Start of RECORDS FOR THIS TASK

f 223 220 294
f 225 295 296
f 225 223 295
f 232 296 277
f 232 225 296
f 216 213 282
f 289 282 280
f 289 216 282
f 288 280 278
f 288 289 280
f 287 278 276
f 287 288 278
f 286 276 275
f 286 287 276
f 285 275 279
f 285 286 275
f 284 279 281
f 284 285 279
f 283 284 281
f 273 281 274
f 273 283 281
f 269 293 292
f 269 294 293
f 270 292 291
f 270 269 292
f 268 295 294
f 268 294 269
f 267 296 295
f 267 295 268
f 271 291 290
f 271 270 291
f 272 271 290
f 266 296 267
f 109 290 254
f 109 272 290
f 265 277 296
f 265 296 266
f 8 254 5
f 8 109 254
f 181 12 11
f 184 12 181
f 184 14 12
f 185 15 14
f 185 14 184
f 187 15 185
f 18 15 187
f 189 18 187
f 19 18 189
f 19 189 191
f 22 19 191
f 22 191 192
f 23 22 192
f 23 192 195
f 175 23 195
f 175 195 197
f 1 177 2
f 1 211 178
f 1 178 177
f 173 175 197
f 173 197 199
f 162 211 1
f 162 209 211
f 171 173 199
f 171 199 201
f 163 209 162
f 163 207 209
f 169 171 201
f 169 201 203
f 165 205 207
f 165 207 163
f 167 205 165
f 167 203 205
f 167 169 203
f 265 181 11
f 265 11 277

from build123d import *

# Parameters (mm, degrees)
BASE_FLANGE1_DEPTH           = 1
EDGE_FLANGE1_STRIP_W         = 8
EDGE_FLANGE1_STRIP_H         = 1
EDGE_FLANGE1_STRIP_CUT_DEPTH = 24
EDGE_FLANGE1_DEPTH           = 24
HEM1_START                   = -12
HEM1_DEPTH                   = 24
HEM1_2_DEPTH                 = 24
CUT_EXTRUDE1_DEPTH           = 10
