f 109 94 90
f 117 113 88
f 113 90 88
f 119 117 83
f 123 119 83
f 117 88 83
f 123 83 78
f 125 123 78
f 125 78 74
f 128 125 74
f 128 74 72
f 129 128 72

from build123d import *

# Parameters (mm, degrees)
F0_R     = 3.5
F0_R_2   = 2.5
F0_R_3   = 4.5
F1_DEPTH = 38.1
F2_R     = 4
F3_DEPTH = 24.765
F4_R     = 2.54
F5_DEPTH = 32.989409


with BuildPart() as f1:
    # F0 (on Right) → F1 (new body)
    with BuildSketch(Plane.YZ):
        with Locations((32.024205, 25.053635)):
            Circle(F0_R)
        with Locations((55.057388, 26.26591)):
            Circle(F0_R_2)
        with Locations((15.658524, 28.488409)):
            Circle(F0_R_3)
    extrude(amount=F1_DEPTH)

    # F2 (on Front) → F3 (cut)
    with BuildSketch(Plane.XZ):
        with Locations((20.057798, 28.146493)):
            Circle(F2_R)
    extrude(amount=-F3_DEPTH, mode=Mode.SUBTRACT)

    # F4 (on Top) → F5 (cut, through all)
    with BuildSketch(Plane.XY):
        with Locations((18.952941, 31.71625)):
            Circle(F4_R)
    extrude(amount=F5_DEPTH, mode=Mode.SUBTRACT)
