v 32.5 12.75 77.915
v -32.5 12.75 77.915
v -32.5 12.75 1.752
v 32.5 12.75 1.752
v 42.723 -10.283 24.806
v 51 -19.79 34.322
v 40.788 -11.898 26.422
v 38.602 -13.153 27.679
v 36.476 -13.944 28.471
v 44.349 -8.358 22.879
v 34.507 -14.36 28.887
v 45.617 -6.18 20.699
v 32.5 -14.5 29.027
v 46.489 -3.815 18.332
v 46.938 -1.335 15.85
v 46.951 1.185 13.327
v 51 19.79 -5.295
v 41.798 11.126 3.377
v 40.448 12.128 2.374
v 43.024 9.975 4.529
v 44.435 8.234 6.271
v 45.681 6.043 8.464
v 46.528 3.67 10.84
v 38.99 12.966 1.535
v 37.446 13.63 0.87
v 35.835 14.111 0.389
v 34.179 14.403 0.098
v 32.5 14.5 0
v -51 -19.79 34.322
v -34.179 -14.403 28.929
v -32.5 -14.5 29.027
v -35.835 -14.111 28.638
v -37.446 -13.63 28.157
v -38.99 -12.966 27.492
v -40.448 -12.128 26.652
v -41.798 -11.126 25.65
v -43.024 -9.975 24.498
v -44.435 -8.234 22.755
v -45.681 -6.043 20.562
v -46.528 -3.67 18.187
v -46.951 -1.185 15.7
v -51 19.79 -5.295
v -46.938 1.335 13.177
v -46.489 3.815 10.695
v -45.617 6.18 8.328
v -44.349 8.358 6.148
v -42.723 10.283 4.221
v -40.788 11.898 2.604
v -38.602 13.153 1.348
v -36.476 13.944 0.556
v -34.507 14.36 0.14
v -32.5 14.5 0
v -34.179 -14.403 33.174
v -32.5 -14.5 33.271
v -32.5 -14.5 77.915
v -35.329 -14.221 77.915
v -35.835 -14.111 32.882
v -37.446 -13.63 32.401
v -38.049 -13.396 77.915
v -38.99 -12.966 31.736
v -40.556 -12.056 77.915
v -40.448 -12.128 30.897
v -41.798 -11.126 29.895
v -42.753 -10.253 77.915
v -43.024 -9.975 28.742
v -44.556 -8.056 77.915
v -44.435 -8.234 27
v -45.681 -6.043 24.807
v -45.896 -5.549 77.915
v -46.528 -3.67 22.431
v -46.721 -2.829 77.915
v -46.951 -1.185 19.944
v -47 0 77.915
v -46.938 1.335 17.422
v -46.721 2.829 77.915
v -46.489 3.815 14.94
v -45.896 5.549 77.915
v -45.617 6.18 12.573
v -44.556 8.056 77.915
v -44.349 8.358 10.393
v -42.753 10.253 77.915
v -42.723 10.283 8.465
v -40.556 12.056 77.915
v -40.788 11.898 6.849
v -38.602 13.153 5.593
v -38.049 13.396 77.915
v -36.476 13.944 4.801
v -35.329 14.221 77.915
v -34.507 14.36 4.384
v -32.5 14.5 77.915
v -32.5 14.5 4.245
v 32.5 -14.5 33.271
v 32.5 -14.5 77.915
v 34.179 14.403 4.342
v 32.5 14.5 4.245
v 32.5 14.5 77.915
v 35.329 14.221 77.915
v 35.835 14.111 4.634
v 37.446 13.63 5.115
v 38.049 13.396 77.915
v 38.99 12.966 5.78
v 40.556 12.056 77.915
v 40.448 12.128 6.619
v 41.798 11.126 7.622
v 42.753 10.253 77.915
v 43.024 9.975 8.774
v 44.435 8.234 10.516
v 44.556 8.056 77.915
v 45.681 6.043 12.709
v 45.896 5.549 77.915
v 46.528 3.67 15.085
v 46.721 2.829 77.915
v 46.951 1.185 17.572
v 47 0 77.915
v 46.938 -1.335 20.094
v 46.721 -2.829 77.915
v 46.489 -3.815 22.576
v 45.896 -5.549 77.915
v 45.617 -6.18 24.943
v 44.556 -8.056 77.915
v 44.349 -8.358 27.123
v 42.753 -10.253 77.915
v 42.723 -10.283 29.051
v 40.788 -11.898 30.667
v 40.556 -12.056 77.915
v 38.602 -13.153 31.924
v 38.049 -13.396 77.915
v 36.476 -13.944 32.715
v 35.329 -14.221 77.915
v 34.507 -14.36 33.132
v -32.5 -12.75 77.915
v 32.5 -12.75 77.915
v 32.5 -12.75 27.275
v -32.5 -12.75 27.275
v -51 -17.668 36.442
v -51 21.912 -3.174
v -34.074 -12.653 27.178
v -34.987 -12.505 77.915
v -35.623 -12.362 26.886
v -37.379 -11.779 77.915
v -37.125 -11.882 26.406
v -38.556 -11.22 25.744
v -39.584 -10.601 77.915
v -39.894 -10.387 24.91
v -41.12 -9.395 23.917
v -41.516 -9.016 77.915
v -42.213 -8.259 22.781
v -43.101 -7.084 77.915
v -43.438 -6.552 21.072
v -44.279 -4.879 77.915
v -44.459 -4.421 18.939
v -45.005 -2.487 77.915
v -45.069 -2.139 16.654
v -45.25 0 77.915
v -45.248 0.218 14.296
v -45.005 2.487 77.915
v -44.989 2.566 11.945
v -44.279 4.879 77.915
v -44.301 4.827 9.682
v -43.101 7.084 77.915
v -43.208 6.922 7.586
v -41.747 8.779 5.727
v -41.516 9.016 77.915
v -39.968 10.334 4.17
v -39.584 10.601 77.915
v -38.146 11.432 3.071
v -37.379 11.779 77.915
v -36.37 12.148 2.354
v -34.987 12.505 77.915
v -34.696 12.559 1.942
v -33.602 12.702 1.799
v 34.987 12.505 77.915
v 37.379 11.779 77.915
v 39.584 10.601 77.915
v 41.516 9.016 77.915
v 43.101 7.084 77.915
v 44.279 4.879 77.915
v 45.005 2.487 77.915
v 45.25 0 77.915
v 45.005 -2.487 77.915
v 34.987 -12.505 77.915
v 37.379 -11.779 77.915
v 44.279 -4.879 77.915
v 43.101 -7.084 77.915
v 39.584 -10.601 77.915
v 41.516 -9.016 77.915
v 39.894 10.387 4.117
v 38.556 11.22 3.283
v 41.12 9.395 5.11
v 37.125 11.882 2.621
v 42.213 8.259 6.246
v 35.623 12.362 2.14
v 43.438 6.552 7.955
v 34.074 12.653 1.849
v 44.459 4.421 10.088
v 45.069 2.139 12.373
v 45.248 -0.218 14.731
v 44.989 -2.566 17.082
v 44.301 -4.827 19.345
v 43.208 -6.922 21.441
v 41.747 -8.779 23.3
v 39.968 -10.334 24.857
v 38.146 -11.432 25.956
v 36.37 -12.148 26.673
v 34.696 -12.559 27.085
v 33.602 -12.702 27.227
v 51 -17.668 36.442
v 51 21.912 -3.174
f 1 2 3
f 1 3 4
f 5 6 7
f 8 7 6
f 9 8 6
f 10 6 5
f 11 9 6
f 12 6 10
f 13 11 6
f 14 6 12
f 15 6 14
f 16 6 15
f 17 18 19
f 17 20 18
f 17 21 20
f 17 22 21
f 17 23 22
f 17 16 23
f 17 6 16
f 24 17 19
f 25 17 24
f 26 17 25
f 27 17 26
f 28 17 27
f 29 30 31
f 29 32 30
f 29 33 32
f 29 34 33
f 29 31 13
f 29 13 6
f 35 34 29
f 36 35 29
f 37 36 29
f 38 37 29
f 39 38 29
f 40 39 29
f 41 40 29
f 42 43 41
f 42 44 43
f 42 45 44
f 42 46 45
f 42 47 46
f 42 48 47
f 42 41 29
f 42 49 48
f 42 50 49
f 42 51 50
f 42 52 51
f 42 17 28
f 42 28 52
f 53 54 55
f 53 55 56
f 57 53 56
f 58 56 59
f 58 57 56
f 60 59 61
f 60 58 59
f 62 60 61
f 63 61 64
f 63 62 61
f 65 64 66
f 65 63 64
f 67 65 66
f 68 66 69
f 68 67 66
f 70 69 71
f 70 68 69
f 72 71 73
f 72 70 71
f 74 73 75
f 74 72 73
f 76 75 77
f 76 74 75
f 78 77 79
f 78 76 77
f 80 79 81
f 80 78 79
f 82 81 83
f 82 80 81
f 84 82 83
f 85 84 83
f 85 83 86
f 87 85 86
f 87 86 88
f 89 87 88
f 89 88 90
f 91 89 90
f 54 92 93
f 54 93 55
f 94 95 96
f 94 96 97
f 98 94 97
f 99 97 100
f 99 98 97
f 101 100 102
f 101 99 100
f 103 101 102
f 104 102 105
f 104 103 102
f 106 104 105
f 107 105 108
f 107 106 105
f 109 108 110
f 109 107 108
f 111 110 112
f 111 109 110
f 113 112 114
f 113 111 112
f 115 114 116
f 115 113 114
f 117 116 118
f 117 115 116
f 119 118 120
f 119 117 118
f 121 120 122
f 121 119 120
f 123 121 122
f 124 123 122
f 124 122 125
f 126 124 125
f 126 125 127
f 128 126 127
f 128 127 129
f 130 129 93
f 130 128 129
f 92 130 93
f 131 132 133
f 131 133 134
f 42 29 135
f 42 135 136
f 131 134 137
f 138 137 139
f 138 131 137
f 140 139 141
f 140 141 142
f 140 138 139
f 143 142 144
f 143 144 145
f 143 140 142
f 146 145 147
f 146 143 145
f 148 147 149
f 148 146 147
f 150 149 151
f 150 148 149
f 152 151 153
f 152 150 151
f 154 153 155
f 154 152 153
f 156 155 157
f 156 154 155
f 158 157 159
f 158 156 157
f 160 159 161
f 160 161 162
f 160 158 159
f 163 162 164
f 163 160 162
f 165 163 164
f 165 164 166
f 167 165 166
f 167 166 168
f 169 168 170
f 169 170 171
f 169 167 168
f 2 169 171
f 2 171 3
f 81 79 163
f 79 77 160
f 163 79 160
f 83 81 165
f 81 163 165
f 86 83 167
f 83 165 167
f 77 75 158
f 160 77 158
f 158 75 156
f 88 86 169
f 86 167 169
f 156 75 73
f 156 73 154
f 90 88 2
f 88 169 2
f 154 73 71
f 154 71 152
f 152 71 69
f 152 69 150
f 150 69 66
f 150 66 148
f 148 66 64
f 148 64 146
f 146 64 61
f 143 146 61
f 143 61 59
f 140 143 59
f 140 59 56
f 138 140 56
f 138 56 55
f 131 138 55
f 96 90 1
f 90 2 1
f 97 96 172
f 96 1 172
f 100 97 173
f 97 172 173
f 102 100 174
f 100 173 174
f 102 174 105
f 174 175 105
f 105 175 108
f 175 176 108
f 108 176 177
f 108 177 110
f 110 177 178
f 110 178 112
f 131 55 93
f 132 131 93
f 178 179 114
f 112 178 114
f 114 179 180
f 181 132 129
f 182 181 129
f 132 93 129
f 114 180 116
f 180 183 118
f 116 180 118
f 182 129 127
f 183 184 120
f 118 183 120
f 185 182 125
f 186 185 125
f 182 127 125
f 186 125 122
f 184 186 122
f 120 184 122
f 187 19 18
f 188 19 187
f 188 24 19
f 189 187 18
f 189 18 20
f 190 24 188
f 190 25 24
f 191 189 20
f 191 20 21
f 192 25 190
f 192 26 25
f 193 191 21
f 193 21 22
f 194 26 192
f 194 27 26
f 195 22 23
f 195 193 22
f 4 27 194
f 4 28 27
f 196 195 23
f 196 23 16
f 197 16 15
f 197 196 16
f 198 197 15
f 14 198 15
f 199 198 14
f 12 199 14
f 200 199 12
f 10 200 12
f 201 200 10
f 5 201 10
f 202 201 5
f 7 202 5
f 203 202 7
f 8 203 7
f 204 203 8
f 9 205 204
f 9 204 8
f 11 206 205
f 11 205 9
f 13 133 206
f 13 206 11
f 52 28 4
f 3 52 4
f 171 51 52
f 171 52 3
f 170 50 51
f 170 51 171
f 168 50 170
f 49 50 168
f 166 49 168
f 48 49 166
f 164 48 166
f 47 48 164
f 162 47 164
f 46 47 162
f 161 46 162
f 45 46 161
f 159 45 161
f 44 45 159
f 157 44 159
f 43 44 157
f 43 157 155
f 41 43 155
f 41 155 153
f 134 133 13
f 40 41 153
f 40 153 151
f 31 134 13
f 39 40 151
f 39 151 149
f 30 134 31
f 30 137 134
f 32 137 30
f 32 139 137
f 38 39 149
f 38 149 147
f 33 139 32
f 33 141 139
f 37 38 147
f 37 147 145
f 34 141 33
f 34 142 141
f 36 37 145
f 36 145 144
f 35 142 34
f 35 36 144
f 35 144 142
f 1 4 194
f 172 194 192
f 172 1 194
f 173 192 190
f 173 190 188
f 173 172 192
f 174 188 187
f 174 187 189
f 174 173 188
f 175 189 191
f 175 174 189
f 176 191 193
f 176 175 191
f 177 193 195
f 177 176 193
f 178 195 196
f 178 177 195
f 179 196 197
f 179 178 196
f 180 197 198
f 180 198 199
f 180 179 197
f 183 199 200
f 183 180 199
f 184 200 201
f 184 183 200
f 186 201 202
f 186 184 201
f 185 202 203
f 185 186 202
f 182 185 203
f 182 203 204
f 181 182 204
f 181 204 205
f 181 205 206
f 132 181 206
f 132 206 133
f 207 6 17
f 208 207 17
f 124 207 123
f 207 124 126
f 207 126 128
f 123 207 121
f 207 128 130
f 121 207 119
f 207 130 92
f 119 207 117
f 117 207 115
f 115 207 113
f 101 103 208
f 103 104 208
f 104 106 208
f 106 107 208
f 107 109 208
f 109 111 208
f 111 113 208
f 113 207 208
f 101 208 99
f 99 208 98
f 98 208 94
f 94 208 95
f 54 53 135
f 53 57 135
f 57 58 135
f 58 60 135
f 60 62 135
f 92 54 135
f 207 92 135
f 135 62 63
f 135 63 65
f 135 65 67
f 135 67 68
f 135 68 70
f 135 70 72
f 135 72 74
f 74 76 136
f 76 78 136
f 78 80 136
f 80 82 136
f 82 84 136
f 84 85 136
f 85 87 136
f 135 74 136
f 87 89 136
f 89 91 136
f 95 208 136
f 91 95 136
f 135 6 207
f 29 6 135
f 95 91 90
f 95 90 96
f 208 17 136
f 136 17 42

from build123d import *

# Parameters (mm, degrees)
BOSS_EXTRUDE12_DEPTH            = 80
CUT_EXTRUDE10_DEPTH             = 114.712356409
CUT_EXTRUDE10_DEPTH_BACK        = 114.712356409
SKETCH37_W                      = 102
SKETCH37_H                      = 56
BOSS_EXTRUDE16_DEPTH            = 3
CUT_EXTRUDE11_DEPTH             = 102.766059637
SKETCH40_W                      = 127.486838651
SKETCH40_H                      = 11.94281061
CUT_EXTRUDE12_DEPTH             = 102.007241851
CUT_EXTRUDE12_DIRECTION_2_REACH = 103.007


with BuildPart() as part:
    # Sketch22 → Boss-Extrude12 (new body)
    with BuildSketch(Plane.XY):
        with BuildLine():
            Line((32.5, -14.5), (-32.5, -14.5))
            ThreePointArc((-32.5, -14.5), (-47, 0), (-32.5, 14.5))
            Line((-32.5, 14.5), (32.5, 14.5))
            ThreePointArc((32.5, 14.5), (47, 0), (32.5, -14.5))
        make_face()
    extrude(amount=BOSS_EXTRUDE12_DEPTH)

    # Sketch35 → Cut-Extrude10 (cut, two sides: drawn at the far end of the back side and taken through both)
    with BuildSketch(Plane(origin=(-32.5, 0, 0), x_dir=(0, 0, -1), z_dir=(1, 0, 0)).offset(-CUT_EXTRUDE10_DEPTH_BACK)):
        Polygon((0, 14.5), (-29.026860374, -14.5), (0, -14.5), align=None)
    extrude(amount=CUT_EXTRUDE10_DEPTH + CUT_EXTRUDE10_DEPTH_BACK, mode=Mode.SUBTRACT)

    # Sketch37 → Boss-Extrude16 (add)
    with BuildSketch(Plane(origin=(0, 7.256711984, 7.249996893), x_dir=(-1, 0, 0), z_dir=(0, -0.7074340219640284, -0.7067793888957138))):
        with Locations((0, -10.26729429)):
            Rectangle(SKETCH37_W, SKETCH37_H)
    extrude(amount=-BOSS_EXTRUDE16_DEPTH)

    # Sketch38 → Cut-Extrude11 (cut, through all)
    with BuildSketch(Plane.XY.offset(80)):
        with BuildLine():
            Line((-32.5, 12.75), (32.5, 12.75))
            ThreePointArc((32.5, 12.75), (45.25, 0), (32.5, -12.75))
            Line((32.5, -12.75), (-32.5, -12.75))
            ThreePointArc((-32.5, -12.75), (-45.25, 0), (-32.5, 12.75))
        make_face()
    extrude(amount=-CUT_EXTRUDE11_DEPTH, mode=Mode.SUBTRACT)

    # Sketch40 → Cut-Extrude12 (cut)
    with BuildSketch(Plane(origin=(0, -12.75, 0), x_dir=(1, 0, 0), z_dir=(0, 1, 0))):
        with Locations((5.984726224, -83.886766037)):
            Rectangle(SKETCH40_W, SKETCH40_H)
    extrude(amount=CUT_EXTRUDE12_DEPTH, mode=Mode.SUBTRACT)

    # Cut-Extrude12 direction 2: up to this face of the body (flat: up to its plane)
    cut_extrude12_direction_2_end = Plane(part.part.faces().sort_by_distance((0, -14.5, 56.635733163))[0])
    # Sketch40 → Cut-Extrude12 direction 2 (cut, up to the picked face)
    with BuildSketch(Plane(origin=(0, -12.75, 0), x_dir=(1, 0, 0), z_dir=(0, 1, 0)), mode=Mode.PRIVATE) as cut_extrude12_direction_2_sk1:
        with Locations((5.984726224, -83.886766037)):
            Rectangle(SKETCH40_W, SKETCH40_H)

End of RECORDS FOR THIS TASK

TASK OBJECTIVE:
Transcribe the records from their first line. Stop after the line with "f 266 296 267", including it.

RESPONSE FOR THIS EXERCISE:
f 223 220 294
f 225 295 296
f 225 223 295
f 232 296 277
f 232 225 296
f 216 213 282
f 289 282 280
f 289 216 282
f 288 280 278
f 288 289 280
f 287 278 276
f 287 288 278
f 286 276 275
f 286 287 276
f 285 275 279
f 285 286 275
f 284 279 281
f 284 285 279
f 283 284 281
f 273 281 274
f 273 283 281
f 269 293 292
f 269 294 293
f 270 292 291
f 270 269 292
f 268 295 294
f 268 294 269
f 267 296 295
f 267 295 268
f 271 291 290
f 271 270 291
f 272 271 290
f 266 296 267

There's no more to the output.